TASK DESCRIPTION - Once the line containing "extrude(amount=P_IDAT_VYSUNUT_M3_DEPTH)" is found in the records below, return it and each following line exactly, up to and including the line containing "A parametric FreeCAD", and nothing else.

Extracted records
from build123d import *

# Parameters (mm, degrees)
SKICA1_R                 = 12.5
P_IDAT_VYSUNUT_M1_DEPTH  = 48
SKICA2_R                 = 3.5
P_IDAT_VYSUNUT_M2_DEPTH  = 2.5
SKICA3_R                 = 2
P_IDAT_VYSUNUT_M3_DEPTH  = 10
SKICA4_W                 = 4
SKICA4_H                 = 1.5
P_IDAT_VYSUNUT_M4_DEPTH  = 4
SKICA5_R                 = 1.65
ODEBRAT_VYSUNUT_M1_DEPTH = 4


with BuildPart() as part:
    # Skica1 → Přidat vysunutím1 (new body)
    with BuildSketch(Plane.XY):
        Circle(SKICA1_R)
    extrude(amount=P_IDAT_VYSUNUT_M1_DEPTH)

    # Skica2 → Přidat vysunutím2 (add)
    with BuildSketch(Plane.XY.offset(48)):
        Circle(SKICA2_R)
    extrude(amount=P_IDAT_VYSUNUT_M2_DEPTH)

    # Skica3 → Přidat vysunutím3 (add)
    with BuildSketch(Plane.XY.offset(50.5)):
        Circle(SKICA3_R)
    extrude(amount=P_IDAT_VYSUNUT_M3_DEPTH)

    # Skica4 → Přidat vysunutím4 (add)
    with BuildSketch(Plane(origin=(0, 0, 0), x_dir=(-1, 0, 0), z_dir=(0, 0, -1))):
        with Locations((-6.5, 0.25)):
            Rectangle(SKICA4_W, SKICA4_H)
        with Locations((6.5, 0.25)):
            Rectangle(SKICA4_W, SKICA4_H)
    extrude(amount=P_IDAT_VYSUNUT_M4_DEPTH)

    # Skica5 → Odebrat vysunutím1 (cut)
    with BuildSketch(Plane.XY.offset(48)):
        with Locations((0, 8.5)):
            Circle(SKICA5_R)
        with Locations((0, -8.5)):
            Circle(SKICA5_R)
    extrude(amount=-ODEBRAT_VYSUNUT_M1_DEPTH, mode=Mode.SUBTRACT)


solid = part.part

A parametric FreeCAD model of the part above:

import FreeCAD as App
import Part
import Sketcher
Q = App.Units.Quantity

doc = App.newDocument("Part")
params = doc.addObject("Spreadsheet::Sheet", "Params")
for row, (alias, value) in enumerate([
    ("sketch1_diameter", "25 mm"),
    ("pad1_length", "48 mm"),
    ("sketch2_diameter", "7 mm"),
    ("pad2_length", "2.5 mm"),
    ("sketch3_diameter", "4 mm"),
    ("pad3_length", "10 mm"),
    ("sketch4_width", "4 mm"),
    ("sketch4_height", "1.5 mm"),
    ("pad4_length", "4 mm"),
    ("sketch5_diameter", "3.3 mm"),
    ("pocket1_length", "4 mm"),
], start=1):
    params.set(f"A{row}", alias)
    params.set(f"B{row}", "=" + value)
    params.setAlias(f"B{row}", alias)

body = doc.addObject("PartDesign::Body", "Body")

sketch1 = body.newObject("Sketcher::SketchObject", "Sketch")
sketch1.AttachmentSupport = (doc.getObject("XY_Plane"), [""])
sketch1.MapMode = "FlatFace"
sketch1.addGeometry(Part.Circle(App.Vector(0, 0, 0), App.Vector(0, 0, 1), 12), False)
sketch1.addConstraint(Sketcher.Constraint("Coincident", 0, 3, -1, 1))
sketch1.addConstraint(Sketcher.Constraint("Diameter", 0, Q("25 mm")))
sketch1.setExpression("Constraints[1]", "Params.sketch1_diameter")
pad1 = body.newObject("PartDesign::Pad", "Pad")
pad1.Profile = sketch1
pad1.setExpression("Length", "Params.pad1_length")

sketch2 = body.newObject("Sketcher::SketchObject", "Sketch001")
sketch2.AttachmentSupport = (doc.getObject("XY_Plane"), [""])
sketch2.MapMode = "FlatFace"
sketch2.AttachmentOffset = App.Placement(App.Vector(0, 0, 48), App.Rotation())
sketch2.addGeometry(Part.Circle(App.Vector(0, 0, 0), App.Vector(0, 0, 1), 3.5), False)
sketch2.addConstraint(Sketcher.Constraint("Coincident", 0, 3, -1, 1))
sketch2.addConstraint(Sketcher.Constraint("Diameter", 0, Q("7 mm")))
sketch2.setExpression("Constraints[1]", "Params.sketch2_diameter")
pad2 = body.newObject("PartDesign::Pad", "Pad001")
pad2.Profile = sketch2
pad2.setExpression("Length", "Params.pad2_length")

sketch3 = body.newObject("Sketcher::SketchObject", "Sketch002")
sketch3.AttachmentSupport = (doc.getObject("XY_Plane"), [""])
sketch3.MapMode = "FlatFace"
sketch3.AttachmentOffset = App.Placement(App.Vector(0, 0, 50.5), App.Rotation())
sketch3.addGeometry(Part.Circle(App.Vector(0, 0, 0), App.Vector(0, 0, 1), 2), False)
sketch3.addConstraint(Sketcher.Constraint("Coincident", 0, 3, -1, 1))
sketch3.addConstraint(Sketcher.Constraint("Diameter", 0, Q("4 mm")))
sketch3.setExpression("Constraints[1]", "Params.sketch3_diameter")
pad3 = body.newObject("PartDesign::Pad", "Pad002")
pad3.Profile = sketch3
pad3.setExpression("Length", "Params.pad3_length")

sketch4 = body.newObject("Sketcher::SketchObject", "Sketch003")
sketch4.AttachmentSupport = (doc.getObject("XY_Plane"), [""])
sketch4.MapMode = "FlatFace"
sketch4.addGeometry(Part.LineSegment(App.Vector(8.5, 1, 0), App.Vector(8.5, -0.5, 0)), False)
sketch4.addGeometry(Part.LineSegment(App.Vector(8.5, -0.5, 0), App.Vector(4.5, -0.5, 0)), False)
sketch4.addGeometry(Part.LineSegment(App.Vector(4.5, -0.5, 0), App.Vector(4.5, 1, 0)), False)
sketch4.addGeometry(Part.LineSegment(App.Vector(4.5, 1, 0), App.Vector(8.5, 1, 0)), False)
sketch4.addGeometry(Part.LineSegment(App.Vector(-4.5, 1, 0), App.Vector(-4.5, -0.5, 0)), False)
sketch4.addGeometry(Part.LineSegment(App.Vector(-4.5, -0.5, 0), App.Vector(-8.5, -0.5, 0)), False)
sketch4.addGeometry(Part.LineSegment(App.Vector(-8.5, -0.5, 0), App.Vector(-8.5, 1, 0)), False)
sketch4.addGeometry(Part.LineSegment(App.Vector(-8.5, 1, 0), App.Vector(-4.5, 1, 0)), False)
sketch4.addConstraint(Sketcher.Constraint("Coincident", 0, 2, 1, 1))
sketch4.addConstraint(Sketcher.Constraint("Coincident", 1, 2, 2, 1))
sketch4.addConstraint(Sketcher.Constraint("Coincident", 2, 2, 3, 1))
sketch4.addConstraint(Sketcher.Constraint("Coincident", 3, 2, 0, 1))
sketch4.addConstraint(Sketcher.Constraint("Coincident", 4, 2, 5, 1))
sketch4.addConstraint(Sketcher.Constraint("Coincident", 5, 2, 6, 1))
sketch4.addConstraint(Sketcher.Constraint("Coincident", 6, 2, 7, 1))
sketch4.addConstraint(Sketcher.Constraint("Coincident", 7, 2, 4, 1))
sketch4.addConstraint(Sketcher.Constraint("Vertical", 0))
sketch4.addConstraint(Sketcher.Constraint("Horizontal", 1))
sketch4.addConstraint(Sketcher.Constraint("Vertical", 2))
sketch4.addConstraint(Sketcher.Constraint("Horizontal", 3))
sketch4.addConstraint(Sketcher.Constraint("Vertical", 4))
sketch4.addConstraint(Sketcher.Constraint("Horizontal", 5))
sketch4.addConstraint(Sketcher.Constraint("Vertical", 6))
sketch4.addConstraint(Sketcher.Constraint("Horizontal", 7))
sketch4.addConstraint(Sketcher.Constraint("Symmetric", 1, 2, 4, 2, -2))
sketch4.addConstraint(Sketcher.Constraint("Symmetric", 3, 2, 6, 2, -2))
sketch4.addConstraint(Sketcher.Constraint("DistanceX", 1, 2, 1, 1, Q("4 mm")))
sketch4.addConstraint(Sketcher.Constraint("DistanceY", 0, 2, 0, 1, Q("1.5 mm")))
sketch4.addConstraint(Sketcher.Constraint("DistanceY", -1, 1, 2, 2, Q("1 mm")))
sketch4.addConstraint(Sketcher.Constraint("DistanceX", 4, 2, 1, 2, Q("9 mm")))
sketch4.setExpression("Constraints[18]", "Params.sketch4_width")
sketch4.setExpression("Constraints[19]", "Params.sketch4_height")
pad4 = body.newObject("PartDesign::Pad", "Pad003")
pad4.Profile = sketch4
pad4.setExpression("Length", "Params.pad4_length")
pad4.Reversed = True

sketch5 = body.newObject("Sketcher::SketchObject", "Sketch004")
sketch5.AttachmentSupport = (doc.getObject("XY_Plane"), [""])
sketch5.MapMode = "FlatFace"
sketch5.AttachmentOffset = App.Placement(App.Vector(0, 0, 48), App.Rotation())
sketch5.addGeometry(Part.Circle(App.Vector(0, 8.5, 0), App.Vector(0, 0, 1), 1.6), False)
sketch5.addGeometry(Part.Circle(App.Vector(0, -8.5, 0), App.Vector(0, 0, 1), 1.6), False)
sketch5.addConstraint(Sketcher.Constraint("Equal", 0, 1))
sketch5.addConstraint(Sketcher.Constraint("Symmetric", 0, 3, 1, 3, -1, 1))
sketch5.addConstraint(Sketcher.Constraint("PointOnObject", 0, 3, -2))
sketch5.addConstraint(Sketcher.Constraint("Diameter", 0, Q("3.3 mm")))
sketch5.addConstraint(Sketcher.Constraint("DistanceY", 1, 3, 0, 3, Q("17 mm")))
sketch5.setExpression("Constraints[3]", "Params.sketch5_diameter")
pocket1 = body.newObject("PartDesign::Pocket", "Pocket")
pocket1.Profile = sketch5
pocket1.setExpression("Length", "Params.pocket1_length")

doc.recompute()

WRITTEN REPLY -
    extrude(amount=P_IDAT_VYSUNUT_M3_DEPTH)

    # Skica4 → Přidat vysunutím4 (add)
    with BuildSketch(Plane(origin=(0, 0, 0), x_dir=(-1, 0, 0), z_dir=(0, 0, -1))):
        with Locations((-6.5, 0.25)):
            Rectangle(SKICA4_W, SKICA4_H)
        with Locations((6.5, 0.25)):
            Rectangle(SKICA4_W, SKICA4_H)
    extrude(amount=P_IDAT_VYSUNUT_M4_DEPTH)

    # Skica5 → Odebrat vysunutím1 (cut)
    with BuildSketch(Plane.XY.offset(48)):
        with Locations((0, 8.5)):
            Circle(SKICA5_R)
        with Locations((0, -8.5)):
            Circle(SKICA5_R)
    extrude(amount=-ODEBRAT_VYSUNUT_M1_DEPTH, mode=Mode.SUBTRACT)


solid = part.part

A parametric FreeCAD model of the part above:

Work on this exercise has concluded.